Ces dérives sont le fait de groupes ou de personnes qui utilisent des références idéologiques, religieuses ou philosophiques, voire politiques. Elles cherchent à légitimer leurs actions par un discours d’apparence scientifique mais qui, en réalité, se révèle pseudo-scientifique, quand ce n’est pas franchement ésotérique.

L’Afis considère comme utile la mise à disposition de tous les citoyens et de tous les services de l’État d’une information et d’une documentation précises sur la réalité de ces agissements. Ainsi, la Miviludes a-t-elle régulièrement édité des « rapports au Premier ministre » qui faisaient état des saisines dont elle a été l’objet et qui produisaient des analyses détaillées de certaines dérives. Citons par exemple « Les dérives psychothérapeutiques : le cas des faux souvenirs induits » (rapport 2007), « La résurgence de discours apocalyptiques à l’approche de 2012 : du mythe de la fin du monde à la réalité d’un risque accru de dérives sectaires » (rapport 2010), « Le risque sectaire sur Internet » (rapport 2013-2014) ou encore « La résistance aux vaccinations : d’un défi de santé publique à un enjeu de société » (rapport 2015).

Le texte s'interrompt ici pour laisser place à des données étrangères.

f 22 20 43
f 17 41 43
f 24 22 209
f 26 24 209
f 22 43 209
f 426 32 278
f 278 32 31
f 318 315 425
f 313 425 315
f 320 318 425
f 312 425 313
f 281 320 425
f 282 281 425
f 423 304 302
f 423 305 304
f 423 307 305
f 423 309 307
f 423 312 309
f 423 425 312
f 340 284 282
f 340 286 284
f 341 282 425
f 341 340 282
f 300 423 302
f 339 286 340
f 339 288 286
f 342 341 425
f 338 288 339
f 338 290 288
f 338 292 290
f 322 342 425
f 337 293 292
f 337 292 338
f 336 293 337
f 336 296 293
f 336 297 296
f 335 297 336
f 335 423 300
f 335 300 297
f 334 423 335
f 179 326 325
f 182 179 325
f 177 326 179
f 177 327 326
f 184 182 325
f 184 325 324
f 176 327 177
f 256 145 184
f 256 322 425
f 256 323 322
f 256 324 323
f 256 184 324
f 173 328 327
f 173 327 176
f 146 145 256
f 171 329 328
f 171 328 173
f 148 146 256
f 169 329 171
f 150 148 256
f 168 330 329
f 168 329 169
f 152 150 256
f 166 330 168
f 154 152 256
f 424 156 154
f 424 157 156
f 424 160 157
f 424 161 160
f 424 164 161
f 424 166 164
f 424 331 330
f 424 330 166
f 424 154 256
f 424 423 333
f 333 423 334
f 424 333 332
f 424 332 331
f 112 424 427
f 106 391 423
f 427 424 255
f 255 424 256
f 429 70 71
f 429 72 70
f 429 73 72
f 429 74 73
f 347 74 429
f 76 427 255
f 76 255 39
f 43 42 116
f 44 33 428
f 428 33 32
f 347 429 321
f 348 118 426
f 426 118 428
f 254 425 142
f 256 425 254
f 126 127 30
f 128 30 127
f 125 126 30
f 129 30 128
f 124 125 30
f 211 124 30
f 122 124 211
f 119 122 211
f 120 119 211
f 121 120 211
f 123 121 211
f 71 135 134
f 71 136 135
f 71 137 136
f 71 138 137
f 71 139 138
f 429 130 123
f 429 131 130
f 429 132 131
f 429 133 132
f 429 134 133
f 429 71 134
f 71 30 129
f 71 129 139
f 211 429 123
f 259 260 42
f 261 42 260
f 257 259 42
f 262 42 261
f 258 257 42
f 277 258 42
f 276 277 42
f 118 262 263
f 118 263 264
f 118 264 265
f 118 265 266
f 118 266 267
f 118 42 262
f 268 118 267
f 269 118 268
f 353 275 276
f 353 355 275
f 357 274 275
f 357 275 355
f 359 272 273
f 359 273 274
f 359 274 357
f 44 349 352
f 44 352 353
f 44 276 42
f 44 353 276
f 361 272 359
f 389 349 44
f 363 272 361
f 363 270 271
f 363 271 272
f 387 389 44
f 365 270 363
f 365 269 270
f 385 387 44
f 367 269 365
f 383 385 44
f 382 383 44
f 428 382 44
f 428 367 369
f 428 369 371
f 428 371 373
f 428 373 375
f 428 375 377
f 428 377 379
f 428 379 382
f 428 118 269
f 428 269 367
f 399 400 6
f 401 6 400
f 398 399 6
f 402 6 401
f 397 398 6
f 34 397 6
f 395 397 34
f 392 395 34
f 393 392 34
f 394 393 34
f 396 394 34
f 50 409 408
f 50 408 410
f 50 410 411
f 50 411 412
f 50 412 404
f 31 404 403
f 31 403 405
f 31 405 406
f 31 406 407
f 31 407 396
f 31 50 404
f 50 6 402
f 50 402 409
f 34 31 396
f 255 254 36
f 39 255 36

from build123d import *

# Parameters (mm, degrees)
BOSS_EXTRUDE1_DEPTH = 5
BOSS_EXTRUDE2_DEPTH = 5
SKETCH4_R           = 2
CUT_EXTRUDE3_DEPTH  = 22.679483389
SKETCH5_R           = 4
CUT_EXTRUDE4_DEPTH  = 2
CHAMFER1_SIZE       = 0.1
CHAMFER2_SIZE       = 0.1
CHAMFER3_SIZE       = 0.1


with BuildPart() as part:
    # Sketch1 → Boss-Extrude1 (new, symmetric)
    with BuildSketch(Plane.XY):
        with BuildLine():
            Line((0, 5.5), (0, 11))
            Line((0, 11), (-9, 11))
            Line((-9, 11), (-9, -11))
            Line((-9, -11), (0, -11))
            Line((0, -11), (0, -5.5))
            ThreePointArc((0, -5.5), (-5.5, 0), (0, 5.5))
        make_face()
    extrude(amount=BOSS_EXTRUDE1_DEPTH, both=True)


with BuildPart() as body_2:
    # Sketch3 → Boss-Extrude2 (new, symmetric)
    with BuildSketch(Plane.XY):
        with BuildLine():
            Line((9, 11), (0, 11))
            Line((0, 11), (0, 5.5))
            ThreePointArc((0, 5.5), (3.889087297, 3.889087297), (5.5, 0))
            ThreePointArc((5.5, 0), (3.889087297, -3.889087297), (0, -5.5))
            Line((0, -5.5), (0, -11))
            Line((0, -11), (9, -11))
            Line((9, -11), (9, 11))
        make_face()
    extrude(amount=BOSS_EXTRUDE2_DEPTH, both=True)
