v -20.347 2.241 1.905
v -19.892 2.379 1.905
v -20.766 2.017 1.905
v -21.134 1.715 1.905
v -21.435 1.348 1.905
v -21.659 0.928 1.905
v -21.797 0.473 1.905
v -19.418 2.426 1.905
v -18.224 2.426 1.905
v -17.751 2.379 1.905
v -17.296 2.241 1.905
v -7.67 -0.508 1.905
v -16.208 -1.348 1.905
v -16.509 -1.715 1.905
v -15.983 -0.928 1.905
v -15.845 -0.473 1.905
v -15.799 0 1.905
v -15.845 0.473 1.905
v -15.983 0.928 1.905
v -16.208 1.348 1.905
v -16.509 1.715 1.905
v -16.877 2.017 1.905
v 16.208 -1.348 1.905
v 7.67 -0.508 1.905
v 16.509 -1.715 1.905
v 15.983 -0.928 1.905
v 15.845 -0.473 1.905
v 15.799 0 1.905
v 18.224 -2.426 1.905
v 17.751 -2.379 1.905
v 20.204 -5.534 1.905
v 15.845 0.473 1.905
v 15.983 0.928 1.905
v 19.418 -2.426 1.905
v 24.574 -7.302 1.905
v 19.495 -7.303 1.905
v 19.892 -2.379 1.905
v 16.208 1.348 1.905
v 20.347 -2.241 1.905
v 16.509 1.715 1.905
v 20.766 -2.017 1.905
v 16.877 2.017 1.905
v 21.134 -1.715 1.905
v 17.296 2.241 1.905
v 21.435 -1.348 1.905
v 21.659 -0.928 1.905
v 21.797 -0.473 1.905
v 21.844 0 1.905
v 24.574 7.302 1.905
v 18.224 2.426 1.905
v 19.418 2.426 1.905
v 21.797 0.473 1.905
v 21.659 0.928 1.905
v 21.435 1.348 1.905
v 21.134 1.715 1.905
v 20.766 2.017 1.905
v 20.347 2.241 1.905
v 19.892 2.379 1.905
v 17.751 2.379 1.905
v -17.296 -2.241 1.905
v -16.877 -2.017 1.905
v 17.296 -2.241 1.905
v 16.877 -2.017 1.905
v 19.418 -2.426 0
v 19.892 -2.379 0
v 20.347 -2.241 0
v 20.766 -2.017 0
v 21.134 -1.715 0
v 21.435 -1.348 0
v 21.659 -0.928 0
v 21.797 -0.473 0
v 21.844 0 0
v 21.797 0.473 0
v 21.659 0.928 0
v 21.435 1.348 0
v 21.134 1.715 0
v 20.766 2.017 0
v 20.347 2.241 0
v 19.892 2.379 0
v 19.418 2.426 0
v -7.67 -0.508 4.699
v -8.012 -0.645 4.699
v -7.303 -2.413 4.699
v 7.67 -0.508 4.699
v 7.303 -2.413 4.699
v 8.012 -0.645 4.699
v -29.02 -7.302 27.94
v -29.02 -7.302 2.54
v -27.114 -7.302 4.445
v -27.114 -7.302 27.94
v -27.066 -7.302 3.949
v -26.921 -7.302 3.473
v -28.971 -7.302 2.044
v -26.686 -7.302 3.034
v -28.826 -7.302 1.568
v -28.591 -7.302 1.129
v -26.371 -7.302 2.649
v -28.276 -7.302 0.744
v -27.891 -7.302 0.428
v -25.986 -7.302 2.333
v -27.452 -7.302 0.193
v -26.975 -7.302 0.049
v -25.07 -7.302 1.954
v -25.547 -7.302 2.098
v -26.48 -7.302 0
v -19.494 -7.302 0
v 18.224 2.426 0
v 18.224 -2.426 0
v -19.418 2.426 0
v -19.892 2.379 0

Cette information est indispensable afin de permettre à l’État d’exercer ses pouvoirs de police et de justice pour prévenir ou sanctionner les atteintes constatées.

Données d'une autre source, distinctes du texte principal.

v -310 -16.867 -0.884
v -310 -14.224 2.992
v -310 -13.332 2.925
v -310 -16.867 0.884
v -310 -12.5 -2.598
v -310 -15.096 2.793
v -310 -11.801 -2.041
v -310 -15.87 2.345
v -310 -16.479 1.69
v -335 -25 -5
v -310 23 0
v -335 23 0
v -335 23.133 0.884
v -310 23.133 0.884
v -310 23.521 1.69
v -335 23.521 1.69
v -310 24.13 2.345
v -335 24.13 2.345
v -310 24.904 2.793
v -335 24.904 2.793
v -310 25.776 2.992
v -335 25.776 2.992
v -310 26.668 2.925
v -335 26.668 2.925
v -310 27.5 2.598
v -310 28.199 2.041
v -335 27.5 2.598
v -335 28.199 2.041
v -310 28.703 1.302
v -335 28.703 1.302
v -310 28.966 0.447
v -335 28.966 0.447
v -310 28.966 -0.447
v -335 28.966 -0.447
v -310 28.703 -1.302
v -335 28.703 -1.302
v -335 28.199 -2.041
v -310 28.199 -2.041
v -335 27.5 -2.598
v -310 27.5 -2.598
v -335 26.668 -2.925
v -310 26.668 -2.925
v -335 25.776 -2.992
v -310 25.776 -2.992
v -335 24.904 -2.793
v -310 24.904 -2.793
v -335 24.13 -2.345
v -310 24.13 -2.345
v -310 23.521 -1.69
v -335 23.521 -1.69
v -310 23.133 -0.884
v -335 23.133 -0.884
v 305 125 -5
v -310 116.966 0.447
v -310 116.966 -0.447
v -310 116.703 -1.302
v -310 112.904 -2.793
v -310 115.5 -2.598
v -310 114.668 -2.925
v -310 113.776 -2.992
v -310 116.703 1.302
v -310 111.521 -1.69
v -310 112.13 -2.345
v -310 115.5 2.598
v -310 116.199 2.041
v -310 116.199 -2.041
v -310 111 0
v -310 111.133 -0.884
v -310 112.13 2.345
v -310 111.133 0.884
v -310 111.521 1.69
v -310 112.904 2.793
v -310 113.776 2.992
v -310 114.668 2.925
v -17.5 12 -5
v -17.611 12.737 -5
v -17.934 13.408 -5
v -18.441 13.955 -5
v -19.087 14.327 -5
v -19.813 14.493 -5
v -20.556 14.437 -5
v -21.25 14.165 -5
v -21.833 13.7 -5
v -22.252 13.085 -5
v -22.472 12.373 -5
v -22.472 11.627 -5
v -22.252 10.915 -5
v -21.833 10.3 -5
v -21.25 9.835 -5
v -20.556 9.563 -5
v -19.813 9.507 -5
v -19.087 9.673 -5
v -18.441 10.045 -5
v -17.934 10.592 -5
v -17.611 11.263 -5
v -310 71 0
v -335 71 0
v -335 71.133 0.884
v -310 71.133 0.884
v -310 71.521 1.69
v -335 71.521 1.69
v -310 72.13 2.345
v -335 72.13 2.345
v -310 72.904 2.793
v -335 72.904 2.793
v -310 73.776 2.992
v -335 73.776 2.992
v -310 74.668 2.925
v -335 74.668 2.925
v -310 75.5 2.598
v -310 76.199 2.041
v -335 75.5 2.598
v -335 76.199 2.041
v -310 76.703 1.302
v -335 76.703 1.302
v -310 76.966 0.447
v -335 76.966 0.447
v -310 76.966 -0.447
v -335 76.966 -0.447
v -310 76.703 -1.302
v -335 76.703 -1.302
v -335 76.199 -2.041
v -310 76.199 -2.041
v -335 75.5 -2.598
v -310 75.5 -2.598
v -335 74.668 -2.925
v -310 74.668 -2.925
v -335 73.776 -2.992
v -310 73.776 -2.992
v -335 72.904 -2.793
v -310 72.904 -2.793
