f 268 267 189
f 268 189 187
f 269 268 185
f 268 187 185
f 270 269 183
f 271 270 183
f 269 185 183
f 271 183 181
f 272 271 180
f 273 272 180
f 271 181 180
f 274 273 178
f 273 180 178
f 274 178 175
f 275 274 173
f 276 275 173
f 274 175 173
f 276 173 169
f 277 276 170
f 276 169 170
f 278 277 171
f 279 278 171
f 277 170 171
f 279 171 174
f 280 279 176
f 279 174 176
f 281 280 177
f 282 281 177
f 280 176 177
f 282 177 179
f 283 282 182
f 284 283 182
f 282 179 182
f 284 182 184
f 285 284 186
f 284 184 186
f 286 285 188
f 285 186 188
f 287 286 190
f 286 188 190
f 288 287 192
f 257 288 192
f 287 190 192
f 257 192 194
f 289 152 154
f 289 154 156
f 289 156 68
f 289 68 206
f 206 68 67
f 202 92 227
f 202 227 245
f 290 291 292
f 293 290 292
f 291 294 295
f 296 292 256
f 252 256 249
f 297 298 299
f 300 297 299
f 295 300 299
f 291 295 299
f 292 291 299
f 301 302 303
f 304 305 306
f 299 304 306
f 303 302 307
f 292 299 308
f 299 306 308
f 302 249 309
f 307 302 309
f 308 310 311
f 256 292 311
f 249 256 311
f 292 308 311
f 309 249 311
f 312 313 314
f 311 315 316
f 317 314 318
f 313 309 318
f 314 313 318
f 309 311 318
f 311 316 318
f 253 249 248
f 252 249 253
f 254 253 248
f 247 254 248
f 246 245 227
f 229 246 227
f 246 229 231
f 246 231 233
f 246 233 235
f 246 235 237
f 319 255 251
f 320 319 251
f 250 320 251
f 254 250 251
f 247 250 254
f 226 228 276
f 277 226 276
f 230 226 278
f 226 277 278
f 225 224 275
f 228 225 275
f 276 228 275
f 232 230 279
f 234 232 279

À l’origine de la Miviludes, il y avait eu la création, en 1988, de la MILS (Mission interministérielle de lutte contre les sectes). Cette décision créait de toutes pièces un « objet juridique non identifié », les « sectes », et instituait une « mission de lutte » qui, faute de définition juridique, pouvait constituer une menace pour la liberté de croyance et de conscience. En 2002, la mission de « lutte contre les sectes » est devenue mission de « vigilance et de lutte contre les dérives sectaires ». Et la Miviludes a clarifié ce qui caractérisait une dérive sectaire 1 en se refusant « à définir les notions de secte et de religion, afin de ne pas heurter les libertés de conscience, d’opinion ou de religion garanties par les textes fondamentaux de notre République » [1].

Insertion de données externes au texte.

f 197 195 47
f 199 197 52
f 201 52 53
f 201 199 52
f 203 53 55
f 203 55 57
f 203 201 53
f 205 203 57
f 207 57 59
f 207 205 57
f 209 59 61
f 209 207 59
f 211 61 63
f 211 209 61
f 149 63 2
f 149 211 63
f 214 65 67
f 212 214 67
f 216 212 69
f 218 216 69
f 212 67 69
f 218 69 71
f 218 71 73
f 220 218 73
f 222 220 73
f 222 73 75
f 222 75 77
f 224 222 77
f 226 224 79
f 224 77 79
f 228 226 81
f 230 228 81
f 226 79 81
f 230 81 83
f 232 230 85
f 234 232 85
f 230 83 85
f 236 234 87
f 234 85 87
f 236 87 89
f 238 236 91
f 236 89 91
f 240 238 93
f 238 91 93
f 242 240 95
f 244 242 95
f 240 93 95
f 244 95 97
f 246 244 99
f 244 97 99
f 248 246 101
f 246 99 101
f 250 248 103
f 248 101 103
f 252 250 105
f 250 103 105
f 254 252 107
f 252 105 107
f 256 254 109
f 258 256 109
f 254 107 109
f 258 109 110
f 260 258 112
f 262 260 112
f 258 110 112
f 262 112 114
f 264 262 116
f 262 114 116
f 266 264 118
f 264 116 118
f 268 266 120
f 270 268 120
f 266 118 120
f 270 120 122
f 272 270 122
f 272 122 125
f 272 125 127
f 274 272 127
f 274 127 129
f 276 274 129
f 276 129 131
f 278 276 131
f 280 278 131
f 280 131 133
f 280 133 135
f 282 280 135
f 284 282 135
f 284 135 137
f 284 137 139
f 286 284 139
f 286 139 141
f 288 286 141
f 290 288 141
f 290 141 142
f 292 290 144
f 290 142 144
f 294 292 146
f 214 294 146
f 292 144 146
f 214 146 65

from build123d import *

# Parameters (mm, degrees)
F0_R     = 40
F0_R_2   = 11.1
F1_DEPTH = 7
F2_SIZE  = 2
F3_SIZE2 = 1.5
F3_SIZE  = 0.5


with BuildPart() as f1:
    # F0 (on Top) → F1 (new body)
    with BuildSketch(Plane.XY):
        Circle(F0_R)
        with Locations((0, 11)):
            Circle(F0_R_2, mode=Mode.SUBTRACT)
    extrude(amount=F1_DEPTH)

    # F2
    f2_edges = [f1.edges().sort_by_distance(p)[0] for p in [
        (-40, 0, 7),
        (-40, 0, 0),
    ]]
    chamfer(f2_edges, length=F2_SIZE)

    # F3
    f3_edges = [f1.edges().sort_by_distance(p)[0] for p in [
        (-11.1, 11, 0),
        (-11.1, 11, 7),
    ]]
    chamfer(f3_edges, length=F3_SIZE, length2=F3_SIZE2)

L’Afis réaffirme que les missions d’information et de documentation sur les dérives sectaires doivent se poursuivre au sein de services compétents de l’État. Elles doivent pouvoir s’appuyer sur toutes les expertises nécessaires afin que le travail soit mené avec objectivité, neutralité et dans le respect de la liberté de conscience.

1 | Site de la Miviludes->https://www.derives-sectes.gouv.fr

1 « Il s’agit d’un dévoiement de la liberté de pensée, d’opinion ou de religion qui porte atteinte à l’ordre public, aux lois ou aux règlements, aux droits fondamentaux, à la sécurité ou à l’intégrité des personnes. Elle se caractérise par la mise en œuvre, par un groupe organisé ou par un individu isolé, quelle que soit sa nature ou son activité, de pressions ou de techniques ayant pour but de créer, de maintenir ou d’exploiter chez une personne un état de sujétion psychologique ou physique, la privant d’une partie de son libre arbitre, avec des conséquences dommageables pour cette personne, son entourage ou pour la société. » (Site de la Miviludes).